L’Italia e l’Intelligenza Artificiale. Tra limiti strutturali e sfide culturali da affrontare

| 12/12/2025
Manager italiano che utilizza un tablet accanto a un robot umanoide in un ufficio moderno, simbolo della collaborazione tra persone e intelligenza artificiale nel mondo del lavoro

L’intelligenza artificiale si sta diffondendo a una velocità superiore a quella di qualsiasi altra innovazione recente, superando persino internet e lo smartphone. Uno studio del Microsoft AI Economy Institute ha però messo in luce una realtà preoccupante: l’adozione dell’AI sta creando un divario crescente tra i paesi e l’Italia rischia di restare indietro.

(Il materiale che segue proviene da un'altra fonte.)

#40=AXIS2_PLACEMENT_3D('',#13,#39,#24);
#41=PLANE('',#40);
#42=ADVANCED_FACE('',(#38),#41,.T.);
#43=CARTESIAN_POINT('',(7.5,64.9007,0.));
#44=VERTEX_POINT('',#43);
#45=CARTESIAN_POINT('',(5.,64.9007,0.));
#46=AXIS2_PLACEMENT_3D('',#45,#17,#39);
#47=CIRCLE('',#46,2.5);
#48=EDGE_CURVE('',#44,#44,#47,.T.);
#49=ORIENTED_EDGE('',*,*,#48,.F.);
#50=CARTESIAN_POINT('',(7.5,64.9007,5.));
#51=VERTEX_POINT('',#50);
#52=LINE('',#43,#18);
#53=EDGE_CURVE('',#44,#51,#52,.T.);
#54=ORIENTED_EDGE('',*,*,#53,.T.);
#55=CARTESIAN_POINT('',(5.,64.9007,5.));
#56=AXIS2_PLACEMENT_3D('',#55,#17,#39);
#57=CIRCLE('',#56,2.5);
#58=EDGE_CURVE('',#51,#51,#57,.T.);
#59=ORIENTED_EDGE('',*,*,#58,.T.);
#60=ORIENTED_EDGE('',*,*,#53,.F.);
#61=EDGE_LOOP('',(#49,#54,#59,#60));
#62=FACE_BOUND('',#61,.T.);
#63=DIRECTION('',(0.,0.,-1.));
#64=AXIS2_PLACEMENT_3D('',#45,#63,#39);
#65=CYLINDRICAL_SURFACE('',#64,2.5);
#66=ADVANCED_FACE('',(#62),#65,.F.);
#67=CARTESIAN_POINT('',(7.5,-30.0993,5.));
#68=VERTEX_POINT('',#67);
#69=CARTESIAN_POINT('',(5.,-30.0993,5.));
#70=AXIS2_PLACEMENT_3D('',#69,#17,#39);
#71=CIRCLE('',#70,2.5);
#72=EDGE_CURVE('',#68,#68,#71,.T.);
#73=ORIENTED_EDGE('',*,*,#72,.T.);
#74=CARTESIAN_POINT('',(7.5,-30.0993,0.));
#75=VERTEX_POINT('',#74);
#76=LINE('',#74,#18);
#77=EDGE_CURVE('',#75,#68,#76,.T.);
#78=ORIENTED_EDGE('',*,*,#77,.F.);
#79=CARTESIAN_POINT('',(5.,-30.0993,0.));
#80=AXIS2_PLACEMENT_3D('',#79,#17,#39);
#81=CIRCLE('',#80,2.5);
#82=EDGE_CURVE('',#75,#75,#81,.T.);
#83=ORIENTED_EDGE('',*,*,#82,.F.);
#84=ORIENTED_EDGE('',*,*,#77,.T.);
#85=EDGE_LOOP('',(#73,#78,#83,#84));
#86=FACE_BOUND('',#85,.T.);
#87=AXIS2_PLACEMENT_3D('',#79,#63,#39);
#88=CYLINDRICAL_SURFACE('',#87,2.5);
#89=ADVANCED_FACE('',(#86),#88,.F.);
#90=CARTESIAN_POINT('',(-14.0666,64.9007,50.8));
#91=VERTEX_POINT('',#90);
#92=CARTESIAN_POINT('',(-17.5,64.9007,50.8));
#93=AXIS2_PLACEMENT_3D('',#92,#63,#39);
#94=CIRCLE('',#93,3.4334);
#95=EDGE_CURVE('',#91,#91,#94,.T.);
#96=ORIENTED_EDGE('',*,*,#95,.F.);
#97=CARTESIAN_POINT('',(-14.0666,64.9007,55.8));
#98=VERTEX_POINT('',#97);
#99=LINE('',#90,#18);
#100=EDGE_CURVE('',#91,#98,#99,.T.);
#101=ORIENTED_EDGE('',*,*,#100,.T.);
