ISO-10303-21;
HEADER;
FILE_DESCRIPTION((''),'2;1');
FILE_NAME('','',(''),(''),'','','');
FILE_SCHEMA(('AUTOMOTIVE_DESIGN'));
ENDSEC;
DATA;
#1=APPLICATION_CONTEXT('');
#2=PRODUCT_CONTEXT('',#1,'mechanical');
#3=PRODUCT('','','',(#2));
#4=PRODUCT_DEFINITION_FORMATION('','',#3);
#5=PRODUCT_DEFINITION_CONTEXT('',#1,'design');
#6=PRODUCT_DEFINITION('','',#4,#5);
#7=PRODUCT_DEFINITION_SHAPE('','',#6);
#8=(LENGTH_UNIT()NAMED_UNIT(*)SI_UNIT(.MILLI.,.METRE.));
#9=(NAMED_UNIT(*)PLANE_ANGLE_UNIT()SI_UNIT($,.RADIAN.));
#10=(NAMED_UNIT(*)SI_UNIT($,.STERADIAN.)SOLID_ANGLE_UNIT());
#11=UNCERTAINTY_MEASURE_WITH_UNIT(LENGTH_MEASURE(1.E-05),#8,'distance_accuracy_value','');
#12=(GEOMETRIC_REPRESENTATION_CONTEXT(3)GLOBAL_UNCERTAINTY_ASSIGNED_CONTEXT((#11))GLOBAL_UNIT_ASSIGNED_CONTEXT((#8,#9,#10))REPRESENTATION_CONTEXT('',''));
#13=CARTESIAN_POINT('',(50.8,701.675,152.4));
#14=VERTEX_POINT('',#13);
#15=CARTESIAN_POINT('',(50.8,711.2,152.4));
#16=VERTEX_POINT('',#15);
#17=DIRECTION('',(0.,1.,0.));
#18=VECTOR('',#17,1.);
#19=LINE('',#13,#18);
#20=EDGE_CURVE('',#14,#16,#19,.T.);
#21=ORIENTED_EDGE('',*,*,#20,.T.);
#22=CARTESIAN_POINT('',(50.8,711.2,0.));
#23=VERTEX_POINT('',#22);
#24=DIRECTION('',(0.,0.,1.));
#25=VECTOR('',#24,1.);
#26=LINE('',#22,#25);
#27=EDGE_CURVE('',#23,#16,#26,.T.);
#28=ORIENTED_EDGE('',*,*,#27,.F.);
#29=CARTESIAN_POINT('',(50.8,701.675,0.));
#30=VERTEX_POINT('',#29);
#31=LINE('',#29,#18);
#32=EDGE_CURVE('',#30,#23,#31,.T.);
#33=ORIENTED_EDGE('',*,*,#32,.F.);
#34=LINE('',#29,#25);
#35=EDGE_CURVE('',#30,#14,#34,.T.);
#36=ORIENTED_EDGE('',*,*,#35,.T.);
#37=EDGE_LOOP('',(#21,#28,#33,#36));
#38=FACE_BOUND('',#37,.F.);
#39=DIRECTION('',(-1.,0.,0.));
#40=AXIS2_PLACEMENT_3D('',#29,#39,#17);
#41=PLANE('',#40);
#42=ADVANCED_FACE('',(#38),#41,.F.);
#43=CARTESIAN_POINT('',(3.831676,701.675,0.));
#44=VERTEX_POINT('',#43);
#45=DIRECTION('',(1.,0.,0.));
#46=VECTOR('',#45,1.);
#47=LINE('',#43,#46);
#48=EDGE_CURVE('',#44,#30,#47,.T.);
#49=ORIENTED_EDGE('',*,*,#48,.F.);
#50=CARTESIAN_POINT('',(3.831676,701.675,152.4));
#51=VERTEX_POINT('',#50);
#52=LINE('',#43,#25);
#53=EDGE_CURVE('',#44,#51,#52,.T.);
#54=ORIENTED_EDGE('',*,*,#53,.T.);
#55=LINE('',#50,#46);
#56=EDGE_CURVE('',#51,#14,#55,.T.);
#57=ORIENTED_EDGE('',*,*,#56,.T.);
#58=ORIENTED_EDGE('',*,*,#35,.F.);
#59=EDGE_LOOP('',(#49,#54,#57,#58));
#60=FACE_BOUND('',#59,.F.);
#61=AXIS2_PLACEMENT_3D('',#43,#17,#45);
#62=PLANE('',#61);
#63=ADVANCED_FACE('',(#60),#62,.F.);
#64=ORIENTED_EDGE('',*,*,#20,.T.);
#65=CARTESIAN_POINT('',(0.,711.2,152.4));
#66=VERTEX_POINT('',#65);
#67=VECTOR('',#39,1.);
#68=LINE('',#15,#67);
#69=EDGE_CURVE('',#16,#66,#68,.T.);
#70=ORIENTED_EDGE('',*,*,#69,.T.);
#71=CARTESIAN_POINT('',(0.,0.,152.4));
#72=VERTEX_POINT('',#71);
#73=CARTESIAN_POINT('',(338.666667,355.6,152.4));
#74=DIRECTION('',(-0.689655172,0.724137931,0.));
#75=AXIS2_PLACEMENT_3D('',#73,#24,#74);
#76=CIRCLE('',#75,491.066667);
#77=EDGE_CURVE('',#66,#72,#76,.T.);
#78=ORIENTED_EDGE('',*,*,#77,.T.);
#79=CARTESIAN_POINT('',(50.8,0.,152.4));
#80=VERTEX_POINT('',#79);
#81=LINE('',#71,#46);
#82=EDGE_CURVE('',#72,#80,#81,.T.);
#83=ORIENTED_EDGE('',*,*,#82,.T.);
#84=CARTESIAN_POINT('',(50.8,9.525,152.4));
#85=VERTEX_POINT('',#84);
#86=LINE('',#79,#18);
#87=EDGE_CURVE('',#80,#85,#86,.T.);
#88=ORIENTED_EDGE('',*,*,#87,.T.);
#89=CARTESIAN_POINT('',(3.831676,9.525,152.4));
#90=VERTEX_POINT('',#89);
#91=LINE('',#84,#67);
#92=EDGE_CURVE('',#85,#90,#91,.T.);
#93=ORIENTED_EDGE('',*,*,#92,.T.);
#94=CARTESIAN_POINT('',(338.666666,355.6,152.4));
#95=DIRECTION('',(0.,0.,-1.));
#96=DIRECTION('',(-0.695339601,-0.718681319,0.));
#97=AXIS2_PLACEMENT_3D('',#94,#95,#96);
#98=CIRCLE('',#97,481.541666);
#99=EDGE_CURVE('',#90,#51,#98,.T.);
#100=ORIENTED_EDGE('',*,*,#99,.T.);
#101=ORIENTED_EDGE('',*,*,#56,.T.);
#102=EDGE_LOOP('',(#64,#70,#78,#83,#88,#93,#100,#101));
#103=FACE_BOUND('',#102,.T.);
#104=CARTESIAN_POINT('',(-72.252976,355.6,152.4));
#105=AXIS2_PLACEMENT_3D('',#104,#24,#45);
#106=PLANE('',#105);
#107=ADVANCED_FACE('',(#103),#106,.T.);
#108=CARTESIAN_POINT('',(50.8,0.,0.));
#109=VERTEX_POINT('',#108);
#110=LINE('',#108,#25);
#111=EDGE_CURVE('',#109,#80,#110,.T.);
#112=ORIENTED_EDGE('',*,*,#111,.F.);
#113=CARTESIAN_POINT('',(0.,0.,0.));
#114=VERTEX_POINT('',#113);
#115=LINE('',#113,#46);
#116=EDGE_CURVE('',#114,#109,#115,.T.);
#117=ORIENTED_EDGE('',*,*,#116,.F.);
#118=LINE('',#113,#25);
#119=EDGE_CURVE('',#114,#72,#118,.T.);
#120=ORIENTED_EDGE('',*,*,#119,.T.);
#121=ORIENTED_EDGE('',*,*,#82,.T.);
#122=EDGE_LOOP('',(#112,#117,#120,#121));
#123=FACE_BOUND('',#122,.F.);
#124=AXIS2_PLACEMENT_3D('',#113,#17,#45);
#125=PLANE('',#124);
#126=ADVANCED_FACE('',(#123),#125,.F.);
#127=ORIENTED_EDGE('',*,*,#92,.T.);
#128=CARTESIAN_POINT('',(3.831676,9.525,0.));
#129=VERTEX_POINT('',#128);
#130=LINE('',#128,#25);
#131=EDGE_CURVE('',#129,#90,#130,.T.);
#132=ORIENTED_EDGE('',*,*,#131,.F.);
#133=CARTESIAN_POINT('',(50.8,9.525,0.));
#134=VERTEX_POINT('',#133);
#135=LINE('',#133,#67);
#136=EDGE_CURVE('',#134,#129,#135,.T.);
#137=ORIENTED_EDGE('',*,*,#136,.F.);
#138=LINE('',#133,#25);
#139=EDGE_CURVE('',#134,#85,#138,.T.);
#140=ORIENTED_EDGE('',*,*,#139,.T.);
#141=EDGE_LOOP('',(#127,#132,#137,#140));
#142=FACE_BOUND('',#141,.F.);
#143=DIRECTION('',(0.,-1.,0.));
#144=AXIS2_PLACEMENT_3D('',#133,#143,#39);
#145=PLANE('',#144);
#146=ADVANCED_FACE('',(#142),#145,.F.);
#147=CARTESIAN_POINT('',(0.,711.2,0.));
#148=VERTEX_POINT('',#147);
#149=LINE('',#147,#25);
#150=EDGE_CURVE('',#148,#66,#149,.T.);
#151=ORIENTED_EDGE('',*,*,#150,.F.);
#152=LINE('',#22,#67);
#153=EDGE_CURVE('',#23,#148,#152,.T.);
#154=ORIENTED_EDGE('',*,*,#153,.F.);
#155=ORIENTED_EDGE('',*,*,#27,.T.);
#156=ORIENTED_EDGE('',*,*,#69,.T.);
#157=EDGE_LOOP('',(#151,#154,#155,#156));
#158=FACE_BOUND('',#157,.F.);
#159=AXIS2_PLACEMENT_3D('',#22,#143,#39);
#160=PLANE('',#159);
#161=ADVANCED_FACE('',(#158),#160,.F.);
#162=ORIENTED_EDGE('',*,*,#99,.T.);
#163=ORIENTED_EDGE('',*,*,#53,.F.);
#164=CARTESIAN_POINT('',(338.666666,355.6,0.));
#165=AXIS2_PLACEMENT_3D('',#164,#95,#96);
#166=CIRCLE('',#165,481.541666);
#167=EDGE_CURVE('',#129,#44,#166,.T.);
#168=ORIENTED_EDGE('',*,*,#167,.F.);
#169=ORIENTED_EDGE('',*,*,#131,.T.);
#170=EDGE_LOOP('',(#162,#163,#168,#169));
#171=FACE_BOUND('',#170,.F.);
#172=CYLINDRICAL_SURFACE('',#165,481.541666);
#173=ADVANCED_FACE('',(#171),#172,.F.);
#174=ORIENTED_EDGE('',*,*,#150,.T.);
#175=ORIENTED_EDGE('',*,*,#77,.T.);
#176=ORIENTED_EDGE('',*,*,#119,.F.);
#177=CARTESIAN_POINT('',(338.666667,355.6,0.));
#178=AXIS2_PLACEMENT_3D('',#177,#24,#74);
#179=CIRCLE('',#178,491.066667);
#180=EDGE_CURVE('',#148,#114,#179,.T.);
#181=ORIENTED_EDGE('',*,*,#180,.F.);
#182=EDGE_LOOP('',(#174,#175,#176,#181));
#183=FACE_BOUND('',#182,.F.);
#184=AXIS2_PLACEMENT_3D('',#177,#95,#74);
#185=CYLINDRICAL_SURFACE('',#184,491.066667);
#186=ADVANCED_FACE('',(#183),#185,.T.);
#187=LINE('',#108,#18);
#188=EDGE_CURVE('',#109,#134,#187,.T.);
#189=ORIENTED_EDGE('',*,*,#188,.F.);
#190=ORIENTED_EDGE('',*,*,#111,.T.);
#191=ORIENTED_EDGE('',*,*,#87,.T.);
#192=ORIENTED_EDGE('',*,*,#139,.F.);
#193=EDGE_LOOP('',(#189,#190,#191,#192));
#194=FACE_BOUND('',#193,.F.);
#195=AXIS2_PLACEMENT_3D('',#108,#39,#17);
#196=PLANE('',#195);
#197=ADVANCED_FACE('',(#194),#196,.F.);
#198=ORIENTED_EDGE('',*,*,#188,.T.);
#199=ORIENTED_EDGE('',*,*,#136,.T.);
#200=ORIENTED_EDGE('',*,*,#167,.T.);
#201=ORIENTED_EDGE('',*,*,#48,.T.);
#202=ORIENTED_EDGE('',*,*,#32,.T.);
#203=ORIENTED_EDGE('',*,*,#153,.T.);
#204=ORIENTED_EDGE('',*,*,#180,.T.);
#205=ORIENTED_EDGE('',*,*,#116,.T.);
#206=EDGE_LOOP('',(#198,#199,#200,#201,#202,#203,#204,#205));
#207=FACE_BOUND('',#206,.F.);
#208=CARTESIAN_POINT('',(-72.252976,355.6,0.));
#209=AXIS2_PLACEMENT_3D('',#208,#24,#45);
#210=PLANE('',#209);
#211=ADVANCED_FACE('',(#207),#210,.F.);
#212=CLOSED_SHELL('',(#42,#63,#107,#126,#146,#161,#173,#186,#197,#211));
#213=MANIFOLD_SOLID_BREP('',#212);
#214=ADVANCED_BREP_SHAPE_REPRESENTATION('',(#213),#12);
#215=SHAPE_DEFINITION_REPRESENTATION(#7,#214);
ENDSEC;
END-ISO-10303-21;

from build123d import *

# Parameters (mm, degrees)
F1_DEPTH = 152.4


with BuildPart() as f1:
    # F0 (on Top) → F1 (new body)
    with BuildSketch(Plane.XY):
        with BuildLine():
            Line((50.8, 711.2), (0, 711.2))
            ThreePointArc((0, 711.2), (-152.4, 355.6), (0, 0))
            Line((0, 0), (50.8, 0))
            Line((50.8, 0), (50.8, 9.525))
            Line((50.8, 9.525), (3.831676, 9.525))
            ThreePointArc((3.831676, 9.525), (-142.875, 355.6), (3.831676, 701.675))
            Line((3.831676, 701.675), (50.8, 701.675))
            Line((50.8, 701.675), (50.8, 711.2))
        make_face()
    extrude(amount=F1_DEPTH)


solid = f1.part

Le cause di questo ritardo possono essere suddivise in due categorie: una è legata a limiti strutturali difficilmente modificabili, l’altra a problemi culturali e formativi che devono essere urgentemente affrontati.

I limiti strutturali: una realtà da accettare

Esistono vincoli oggettivi che l’Italia, come paese di medie dimensioni, non può realisticamente superare. Questi limiti non devono essere visti come un fallimento, ma come una realtà che impone una strategia chiara: concentrarsi sull’utilizzo dell’AI piuttosto che sulla sua creazione.

Infrastrutture e conoscenza di frontiera

Nell’innovazione tecnologica il successo richiede due componenti fondamentali: la ricerca e la realizzazione applicativa con le relative infrastrutture.

Nel campo dell’AI, entrambi questi elementi sono oggi concentrati in poche superpotenze globali. I data center necessari per addestrare i grandi modelli linguistici (LLM) e l’innovazione di frontiera sono quasi interamente nelle mani di Stati Uniti e Cina. L’Italia è, per dimensione economica e demografica, un importatore netto di tecnologie AI per quanto riguarda sia i modelli sia le infrastrutture critiche.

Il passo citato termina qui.